I tried to set it up like so:
import pandas as pd
df = pd.DataFrame({'Year' : [2005, 2006, 2007, 2008, 2009, 2010, 2005, 2006, 2007, 2008, 2009, 2010],
'Country' : ['A', 'A', 'A', 'A', 'A', 'A', 'B', 'B', 'B', 'B', 'B', 'B'],
'Val1' : [1, 2, 3, 4, 4, 4, 5, 6, 7, 8, 8, 8],
'Val2' : [3, 4, 5, 3, 3, 3, 7, 6, 5, 6, 6, 6,],
'Fact' : [1, 2, 2, 1, 1, 1, 2, 2, 1, 2, 2, 2]
})
def func(grp):
grad = grp[(grp['Year'] > 2004) & (grp['Year'] < 2009)].transform('mean')
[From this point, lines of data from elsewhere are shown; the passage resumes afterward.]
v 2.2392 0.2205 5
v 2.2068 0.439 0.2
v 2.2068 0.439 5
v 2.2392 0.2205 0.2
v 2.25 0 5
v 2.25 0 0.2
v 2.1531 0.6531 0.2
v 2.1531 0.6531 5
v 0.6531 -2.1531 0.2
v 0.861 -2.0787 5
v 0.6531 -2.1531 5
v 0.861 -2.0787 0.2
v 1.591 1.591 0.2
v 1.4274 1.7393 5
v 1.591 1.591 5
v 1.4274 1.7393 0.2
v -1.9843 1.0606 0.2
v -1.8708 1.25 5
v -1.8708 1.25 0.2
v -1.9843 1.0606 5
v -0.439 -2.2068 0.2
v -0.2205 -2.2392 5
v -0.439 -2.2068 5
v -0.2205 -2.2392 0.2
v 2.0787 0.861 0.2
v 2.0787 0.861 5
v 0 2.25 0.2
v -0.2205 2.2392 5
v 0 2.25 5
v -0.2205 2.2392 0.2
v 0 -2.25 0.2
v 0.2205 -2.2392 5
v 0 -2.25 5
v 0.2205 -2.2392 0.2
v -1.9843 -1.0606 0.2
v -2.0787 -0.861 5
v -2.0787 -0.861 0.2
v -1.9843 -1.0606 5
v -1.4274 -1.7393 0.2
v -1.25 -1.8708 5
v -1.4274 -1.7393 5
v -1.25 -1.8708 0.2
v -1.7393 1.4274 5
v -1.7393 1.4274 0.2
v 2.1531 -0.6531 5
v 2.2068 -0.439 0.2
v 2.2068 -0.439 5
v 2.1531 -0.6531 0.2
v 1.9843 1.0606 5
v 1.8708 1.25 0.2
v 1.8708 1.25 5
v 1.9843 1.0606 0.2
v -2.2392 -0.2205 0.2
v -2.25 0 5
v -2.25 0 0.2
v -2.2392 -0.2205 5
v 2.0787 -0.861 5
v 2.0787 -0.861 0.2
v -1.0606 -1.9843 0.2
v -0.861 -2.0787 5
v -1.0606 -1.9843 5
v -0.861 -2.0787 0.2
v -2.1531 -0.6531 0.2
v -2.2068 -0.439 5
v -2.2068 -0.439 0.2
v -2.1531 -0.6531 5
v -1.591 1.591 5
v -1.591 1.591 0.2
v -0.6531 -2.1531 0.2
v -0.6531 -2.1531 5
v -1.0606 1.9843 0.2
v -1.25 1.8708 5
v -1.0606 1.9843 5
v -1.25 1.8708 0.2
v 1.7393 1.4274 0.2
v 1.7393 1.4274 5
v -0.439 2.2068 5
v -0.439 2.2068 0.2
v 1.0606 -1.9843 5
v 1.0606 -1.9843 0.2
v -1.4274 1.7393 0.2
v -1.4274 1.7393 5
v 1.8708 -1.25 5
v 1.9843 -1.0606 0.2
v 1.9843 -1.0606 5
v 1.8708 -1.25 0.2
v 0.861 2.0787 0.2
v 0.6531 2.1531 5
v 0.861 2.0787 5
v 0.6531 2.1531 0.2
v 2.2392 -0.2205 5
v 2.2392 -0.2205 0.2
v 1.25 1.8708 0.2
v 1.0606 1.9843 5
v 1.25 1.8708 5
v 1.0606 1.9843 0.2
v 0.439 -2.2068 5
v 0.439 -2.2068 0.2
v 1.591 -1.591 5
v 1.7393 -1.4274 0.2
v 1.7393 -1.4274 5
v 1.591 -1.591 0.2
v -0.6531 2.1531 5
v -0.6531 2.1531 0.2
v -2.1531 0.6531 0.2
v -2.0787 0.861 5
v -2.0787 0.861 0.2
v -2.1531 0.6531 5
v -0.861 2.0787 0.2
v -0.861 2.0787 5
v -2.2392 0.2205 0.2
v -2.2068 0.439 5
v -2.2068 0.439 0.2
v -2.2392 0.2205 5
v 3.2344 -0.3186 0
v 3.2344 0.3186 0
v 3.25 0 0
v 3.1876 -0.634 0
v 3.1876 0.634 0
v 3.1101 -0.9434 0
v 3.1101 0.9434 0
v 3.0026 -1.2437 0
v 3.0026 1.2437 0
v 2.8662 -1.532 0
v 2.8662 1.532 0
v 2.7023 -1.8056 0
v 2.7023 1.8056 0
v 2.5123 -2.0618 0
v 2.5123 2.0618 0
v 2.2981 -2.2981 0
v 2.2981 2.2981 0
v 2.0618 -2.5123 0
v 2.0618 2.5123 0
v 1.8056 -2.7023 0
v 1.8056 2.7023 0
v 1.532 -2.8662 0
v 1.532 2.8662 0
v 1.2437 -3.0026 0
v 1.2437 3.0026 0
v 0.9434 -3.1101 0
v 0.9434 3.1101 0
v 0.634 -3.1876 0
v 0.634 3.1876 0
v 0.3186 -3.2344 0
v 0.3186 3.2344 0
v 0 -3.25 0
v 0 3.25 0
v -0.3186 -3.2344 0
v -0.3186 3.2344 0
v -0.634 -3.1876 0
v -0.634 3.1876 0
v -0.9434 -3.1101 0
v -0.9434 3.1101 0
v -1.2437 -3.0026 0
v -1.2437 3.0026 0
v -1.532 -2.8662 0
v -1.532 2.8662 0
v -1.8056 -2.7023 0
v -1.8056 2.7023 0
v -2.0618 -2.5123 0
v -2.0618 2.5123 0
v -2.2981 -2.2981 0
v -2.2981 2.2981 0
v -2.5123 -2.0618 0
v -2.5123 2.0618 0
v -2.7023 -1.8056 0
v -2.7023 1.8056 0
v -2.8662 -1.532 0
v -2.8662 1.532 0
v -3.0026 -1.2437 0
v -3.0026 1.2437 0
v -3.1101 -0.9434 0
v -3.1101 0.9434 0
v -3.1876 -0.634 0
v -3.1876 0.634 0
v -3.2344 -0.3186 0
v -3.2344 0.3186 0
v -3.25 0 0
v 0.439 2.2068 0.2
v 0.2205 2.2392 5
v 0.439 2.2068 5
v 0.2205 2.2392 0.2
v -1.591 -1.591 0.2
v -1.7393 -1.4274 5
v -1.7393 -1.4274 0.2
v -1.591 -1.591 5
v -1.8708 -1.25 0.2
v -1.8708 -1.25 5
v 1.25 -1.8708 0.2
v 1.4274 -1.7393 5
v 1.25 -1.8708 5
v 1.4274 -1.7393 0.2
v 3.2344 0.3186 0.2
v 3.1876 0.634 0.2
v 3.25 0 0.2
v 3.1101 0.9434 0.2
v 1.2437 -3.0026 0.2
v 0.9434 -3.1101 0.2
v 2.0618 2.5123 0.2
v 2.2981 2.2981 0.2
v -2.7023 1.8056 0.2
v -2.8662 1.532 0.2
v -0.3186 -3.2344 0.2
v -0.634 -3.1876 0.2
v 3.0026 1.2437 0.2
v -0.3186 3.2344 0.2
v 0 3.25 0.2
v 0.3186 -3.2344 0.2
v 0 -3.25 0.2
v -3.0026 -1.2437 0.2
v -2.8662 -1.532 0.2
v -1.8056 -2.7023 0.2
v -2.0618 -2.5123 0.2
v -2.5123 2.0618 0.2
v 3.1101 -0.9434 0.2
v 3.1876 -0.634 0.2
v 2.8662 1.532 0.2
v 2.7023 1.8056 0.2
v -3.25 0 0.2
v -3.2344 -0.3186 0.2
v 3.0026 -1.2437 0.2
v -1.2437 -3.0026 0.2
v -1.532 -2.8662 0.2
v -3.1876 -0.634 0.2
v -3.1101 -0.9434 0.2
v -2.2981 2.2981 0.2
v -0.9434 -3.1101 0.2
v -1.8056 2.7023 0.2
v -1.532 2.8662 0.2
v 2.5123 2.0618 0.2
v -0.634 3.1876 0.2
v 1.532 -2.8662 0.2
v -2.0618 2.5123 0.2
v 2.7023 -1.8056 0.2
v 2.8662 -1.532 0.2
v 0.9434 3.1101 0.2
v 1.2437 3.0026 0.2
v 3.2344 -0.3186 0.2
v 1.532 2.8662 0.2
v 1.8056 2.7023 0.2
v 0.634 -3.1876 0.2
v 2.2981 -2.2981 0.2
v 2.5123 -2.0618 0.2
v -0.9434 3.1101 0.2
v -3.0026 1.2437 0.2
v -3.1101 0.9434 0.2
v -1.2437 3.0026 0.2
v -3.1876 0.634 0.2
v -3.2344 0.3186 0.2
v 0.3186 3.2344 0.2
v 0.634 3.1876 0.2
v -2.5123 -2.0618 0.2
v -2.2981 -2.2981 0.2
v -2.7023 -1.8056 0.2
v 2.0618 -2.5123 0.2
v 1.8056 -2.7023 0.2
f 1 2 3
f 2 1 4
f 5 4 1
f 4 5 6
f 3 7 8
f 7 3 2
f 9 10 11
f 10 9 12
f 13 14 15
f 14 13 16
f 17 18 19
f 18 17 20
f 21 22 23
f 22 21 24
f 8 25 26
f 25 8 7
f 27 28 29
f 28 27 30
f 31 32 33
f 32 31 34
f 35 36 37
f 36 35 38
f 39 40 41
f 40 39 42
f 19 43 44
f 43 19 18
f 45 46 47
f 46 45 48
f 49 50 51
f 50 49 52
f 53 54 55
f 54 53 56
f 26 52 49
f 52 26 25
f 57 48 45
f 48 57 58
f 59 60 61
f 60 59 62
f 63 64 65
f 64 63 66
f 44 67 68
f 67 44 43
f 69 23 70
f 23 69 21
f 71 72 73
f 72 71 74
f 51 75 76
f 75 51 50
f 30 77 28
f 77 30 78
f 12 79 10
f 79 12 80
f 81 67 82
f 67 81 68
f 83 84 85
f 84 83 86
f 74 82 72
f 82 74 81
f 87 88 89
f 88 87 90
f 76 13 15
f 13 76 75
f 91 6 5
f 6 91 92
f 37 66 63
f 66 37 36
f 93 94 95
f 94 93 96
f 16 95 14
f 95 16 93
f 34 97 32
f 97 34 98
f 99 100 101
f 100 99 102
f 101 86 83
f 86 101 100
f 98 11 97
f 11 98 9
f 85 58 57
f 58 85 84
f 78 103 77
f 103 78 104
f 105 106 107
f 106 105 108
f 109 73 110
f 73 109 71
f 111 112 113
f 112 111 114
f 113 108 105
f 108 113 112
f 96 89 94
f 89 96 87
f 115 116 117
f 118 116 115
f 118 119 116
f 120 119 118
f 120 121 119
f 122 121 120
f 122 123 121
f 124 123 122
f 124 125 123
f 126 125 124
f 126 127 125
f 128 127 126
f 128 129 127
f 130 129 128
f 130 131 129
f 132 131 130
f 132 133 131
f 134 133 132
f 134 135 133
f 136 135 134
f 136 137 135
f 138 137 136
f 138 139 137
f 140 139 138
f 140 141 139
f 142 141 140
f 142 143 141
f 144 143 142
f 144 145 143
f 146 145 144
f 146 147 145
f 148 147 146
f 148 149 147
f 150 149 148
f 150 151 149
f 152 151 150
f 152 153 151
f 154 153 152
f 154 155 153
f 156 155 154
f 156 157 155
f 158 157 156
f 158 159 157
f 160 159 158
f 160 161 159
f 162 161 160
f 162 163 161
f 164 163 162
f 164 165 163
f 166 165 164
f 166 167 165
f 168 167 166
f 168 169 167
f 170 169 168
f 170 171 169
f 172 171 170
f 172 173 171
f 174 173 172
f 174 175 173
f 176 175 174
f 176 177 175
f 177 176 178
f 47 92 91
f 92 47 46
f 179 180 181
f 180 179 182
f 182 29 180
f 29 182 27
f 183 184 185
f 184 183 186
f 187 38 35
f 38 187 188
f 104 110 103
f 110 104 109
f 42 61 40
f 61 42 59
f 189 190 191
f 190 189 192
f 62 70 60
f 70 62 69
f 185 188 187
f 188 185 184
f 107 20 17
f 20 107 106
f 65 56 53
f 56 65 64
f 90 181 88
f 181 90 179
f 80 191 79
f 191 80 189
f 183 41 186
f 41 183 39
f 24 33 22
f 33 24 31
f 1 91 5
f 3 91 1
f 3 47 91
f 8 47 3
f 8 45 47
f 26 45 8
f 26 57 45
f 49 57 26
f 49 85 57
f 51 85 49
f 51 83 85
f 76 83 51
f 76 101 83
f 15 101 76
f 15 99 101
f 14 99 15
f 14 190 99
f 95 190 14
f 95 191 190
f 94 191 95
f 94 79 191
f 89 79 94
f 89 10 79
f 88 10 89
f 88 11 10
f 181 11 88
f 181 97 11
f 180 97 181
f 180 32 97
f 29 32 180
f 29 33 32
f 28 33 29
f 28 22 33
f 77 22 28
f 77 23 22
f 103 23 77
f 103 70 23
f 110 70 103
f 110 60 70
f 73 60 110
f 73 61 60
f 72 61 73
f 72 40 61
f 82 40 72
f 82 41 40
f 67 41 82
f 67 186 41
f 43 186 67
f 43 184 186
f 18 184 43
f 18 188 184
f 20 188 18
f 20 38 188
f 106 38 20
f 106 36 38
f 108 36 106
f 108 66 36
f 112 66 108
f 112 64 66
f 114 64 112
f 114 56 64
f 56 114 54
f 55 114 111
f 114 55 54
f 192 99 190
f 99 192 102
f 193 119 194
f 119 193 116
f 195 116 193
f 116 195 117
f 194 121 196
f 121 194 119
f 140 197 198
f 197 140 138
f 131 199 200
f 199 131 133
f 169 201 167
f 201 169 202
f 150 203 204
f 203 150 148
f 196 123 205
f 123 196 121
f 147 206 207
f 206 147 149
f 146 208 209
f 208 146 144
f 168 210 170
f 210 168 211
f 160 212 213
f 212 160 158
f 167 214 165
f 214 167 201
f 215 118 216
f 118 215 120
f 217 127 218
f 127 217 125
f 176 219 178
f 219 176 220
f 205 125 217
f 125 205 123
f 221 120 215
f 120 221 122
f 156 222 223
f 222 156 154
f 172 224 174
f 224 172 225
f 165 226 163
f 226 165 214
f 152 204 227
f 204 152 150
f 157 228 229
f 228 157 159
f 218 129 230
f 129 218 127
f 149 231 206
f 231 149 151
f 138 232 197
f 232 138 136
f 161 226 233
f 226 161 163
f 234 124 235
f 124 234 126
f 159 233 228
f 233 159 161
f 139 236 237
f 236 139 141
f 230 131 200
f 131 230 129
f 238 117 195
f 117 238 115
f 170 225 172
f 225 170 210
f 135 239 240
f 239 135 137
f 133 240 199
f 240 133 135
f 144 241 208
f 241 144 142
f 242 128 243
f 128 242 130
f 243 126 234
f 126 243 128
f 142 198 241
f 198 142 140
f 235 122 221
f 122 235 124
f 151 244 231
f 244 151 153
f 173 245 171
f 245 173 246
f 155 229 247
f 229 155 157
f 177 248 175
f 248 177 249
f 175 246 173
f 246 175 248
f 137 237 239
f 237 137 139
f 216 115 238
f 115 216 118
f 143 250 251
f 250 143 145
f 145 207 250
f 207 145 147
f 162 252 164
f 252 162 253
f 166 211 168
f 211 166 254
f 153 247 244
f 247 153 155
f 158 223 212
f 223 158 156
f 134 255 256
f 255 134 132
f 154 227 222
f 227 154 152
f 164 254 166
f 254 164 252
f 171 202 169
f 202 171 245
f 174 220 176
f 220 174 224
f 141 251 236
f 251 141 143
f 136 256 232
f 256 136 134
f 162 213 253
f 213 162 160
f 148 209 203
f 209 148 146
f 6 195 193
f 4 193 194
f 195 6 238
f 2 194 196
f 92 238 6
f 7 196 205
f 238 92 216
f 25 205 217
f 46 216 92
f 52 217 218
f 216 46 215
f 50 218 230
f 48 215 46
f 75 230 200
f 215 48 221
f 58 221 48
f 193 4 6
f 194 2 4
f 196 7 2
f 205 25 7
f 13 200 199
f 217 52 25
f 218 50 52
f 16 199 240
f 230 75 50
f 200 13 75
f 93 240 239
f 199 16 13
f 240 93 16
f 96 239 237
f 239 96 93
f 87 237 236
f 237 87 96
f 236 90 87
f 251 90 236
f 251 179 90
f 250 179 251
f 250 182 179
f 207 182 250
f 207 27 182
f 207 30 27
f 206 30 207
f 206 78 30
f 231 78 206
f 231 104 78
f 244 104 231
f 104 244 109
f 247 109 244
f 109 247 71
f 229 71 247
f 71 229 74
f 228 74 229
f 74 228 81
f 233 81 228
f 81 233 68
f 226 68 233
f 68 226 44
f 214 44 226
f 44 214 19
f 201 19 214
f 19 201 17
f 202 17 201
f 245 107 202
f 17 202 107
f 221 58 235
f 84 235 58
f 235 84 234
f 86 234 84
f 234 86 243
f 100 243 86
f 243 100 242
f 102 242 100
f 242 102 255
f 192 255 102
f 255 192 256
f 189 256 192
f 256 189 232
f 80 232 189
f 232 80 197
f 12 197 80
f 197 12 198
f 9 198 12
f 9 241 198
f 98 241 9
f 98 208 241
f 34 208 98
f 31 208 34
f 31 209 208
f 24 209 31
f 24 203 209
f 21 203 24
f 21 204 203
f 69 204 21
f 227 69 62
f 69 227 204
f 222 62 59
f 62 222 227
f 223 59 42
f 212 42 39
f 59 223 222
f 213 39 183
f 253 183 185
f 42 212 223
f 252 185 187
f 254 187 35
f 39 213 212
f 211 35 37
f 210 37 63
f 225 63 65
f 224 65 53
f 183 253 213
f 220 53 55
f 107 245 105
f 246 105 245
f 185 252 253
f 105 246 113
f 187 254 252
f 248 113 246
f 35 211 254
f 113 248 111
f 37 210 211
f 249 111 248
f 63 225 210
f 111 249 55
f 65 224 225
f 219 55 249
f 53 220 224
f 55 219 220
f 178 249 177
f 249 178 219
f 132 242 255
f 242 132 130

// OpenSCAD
$fn=64;

union() {
  cylinder(h=5.0, d=4.5);
  cylinder(h=0.2, d=6.5);
}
ref = grp[grp['Year'] == 2005]
grad = (grad - ref)/4
res = grad * grp['Fact'] * (grp['Year']-2015) * ref
return res
df.groupby('Country').apply(func)
Running the code yields
Country Fact Val1 Val2 Year 0 1 2 3 4 5 6 7 8 9 10 11
Country
A 0 NaN NaN NaN NaN NaN NaN NaN NaN NaN NaN NaN NaN NaN NaN NaN NaN NaN
B 6 NaN NaN NaN NaN NaN NaN NaN NaN NaN NaN NaN NaN NaN NaN NaN NaN NaN
However, I hoped to receive something along the line of this
Year Country Val1 Val2 Fact
2005 A 1 3 1
2006 A 1.75 3.375 2
2007 A 2.5 3.75 2
2008 A 2.125 3.5625 1
2009 A 2.125 3.5625 1
2010 A 2.125 3.5625 1
2005 B 5 7 2
2006 B 5.75 6.5 2
2007 B 5.75 6.5 1
2008 B 7.25 5.5 2
2009 B 7.25 5.5 2
2010 B 7.25 5.5 2
I would be very grateful if anybody could point me towards a solution for this problem.